**Assigned task:**
Set down, character for character, everything in the records below from the line holding "f 74 274 273" down to the line holding "f 131 232 130", and no other line.

* * * * * * * * *

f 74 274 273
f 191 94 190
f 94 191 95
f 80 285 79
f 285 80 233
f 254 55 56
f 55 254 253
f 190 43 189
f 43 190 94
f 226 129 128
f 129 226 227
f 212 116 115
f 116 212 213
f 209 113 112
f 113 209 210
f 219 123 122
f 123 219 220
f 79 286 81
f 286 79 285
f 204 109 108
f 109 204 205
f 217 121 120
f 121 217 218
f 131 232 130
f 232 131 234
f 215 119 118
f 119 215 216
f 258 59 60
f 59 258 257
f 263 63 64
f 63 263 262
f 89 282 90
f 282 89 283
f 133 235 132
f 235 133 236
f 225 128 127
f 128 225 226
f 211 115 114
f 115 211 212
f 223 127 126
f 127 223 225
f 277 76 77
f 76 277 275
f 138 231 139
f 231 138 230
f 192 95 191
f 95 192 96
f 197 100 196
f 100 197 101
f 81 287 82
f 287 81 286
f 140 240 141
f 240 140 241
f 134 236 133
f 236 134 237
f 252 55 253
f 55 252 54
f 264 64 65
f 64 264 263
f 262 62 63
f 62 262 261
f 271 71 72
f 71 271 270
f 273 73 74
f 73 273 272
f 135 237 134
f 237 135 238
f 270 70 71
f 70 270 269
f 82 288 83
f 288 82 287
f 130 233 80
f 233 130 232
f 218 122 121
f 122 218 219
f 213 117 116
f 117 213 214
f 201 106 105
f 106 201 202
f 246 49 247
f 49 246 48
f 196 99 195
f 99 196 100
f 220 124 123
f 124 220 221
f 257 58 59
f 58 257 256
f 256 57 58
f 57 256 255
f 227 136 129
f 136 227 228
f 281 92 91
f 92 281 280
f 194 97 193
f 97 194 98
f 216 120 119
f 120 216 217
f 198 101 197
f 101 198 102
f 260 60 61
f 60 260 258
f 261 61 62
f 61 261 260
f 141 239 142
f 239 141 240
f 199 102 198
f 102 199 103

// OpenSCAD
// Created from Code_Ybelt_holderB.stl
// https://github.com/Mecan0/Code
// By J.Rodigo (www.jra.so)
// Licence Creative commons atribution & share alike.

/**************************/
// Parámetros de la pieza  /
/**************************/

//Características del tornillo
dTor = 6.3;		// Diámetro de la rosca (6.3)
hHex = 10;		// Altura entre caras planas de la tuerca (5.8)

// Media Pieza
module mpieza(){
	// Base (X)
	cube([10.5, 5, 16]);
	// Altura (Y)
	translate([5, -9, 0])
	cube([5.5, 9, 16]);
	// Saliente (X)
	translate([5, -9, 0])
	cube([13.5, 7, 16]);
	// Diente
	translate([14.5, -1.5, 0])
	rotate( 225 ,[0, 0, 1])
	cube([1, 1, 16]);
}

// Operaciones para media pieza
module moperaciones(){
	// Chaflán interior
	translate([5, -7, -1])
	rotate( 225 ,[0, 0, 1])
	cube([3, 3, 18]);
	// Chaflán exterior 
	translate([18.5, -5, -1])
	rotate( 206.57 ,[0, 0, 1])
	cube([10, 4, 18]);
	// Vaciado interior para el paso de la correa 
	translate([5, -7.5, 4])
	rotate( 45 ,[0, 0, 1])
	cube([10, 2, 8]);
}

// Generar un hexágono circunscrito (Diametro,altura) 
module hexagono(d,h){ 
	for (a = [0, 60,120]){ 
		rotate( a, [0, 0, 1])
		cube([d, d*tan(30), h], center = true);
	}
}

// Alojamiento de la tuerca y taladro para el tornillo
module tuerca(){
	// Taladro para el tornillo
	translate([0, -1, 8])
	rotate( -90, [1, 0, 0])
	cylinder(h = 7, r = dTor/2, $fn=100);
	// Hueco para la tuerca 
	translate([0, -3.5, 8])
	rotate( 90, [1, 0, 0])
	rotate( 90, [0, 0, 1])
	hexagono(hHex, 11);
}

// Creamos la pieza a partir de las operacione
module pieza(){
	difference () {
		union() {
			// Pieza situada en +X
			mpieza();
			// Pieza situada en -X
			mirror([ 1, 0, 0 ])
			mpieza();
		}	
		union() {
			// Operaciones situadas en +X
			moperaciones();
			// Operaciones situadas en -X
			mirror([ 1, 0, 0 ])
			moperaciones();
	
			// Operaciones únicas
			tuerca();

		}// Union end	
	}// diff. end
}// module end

* * * * * * * * *

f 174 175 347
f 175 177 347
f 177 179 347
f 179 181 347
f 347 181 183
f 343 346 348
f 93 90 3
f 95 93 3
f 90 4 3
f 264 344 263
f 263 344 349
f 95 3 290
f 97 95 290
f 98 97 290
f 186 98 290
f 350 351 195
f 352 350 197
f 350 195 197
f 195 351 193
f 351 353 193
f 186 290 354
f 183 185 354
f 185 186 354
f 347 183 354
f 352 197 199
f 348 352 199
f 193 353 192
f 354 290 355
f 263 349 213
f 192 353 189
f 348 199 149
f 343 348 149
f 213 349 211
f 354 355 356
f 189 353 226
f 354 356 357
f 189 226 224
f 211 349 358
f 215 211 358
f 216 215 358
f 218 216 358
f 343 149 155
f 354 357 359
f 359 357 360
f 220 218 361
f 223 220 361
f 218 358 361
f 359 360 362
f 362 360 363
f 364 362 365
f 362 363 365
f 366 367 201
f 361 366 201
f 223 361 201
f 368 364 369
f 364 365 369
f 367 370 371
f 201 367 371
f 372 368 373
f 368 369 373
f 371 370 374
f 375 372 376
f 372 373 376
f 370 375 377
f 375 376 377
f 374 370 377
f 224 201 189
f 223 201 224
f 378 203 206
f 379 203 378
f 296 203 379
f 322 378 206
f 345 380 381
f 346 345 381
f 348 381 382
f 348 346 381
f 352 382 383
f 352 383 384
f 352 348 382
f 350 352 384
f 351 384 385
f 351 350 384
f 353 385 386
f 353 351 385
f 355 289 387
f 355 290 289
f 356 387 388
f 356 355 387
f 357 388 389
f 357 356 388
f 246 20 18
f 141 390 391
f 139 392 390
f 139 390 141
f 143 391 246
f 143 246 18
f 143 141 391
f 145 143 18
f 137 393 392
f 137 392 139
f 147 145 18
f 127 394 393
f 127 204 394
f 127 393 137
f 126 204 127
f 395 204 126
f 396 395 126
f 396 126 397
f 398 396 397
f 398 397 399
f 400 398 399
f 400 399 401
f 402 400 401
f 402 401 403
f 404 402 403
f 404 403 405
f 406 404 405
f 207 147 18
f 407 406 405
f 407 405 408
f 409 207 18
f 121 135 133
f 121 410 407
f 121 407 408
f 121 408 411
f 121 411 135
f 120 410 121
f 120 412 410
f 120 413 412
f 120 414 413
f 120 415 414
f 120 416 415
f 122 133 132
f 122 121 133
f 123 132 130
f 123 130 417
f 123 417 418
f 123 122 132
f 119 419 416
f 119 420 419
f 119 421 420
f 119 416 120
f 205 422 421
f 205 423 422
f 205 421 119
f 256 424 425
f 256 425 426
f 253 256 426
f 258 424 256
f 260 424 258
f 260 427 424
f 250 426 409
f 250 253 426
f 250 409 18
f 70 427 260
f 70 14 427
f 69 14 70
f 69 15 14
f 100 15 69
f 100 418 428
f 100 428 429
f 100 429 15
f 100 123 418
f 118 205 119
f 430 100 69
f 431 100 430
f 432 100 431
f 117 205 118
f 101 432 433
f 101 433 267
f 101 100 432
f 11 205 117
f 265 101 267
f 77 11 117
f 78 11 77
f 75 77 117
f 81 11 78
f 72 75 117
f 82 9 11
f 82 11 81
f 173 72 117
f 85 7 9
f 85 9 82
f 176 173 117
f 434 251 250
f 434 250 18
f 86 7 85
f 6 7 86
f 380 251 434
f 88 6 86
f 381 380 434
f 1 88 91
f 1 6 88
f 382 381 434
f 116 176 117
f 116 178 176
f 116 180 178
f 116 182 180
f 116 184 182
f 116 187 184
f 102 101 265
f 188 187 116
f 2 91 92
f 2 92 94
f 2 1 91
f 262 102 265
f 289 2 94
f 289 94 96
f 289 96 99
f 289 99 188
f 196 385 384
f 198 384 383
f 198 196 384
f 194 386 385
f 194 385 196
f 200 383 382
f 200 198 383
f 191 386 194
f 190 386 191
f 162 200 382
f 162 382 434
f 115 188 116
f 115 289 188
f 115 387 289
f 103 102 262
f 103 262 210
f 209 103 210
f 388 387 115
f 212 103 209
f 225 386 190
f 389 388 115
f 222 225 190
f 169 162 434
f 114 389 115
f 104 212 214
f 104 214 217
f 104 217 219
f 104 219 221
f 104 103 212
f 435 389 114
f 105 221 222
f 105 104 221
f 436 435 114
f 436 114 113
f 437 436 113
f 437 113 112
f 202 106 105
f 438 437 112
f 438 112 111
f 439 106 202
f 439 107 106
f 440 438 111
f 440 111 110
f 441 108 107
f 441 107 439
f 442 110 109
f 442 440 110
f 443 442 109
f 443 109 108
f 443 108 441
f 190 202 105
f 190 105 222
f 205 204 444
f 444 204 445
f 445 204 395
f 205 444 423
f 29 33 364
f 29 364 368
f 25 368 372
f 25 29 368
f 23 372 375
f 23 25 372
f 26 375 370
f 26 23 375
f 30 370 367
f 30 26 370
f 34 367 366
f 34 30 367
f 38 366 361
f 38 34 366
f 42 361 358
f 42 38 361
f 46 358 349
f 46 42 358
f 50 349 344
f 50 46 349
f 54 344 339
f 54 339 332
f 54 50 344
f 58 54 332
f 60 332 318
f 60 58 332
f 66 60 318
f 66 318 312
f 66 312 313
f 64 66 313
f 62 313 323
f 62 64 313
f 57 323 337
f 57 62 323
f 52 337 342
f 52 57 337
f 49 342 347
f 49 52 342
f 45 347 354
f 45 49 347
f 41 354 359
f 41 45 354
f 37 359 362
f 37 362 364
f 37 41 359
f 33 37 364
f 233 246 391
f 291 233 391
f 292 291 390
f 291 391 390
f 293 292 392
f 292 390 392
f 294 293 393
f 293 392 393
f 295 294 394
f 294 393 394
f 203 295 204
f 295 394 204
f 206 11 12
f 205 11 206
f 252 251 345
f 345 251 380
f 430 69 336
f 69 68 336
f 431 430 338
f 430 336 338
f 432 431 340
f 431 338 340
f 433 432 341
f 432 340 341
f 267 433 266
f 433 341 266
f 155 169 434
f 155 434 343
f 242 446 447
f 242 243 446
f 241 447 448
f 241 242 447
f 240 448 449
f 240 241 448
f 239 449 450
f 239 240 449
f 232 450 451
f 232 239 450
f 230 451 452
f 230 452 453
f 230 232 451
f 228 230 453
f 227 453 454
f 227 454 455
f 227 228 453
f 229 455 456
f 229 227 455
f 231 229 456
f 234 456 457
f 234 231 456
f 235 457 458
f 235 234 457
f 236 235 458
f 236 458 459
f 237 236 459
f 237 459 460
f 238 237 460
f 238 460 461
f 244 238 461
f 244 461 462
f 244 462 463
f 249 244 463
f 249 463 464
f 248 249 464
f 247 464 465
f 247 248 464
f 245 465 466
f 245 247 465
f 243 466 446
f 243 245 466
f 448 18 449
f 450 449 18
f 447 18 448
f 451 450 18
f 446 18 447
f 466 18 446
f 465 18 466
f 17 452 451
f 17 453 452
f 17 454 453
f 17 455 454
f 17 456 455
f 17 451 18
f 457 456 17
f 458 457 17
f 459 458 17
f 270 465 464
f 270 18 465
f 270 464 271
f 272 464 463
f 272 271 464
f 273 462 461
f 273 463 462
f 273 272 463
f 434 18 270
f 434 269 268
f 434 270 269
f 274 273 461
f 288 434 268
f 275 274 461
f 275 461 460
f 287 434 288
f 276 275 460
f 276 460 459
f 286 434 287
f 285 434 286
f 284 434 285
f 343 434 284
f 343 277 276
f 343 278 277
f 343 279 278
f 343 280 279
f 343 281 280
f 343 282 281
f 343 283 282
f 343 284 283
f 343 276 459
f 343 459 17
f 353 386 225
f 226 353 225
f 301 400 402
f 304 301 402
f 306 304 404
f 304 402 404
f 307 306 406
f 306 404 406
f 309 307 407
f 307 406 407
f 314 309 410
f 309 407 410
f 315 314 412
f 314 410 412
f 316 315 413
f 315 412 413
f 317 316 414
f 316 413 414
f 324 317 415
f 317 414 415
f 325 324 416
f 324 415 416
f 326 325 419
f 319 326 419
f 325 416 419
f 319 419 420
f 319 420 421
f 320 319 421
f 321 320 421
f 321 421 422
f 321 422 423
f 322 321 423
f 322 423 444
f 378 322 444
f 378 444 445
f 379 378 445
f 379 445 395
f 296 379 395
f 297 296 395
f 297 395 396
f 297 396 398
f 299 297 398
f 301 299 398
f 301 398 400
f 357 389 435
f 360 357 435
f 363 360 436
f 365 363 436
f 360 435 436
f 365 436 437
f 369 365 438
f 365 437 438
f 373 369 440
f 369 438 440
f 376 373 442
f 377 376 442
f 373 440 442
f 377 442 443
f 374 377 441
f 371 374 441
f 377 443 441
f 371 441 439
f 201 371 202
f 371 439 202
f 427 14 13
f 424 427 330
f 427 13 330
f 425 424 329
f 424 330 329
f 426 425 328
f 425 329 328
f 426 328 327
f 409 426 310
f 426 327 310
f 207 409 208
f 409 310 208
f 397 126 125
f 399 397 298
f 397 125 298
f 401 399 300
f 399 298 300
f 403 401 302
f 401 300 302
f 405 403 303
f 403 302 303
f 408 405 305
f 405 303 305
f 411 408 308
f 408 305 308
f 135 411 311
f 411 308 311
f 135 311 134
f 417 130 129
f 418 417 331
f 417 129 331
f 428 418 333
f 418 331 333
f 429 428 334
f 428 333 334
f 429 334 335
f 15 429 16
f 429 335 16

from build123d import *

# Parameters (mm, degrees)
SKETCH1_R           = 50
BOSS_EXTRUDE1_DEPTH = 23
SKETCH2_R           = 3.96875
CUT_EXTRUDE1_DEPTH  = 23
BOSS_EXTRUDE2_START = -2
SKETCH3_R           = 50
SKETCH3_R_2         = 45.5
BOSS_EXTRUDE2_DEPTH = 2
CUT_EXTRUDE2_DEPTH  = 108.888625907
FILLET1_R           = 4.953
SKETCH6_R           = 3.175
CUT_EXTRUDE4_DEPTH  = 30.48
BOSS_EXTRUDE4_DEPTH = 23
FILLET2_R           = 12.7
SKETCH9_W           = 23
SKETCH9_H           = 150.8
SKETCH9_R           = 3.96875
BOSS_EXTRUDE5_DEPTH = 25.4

* * * * * * * * *

**Solution to the problem:**
f 74 274 273
f 191 94 190
f 94 191 95
f 80 285 79
f 285 80 233
f 254 55 56
f 55 254 253
f 190 43 189
f 43 190 94
f 226 129 128
f 129 226 227
f 212 116 115
f 116 212 213
f 209 113 112
f 113 209 210
f 219 123 122
f 123 219 220
f 79 286 81
f 286 79 285
f 204 109 108
f 109 204 205
f 217 121 120
f 121 217 218
f 131 232 130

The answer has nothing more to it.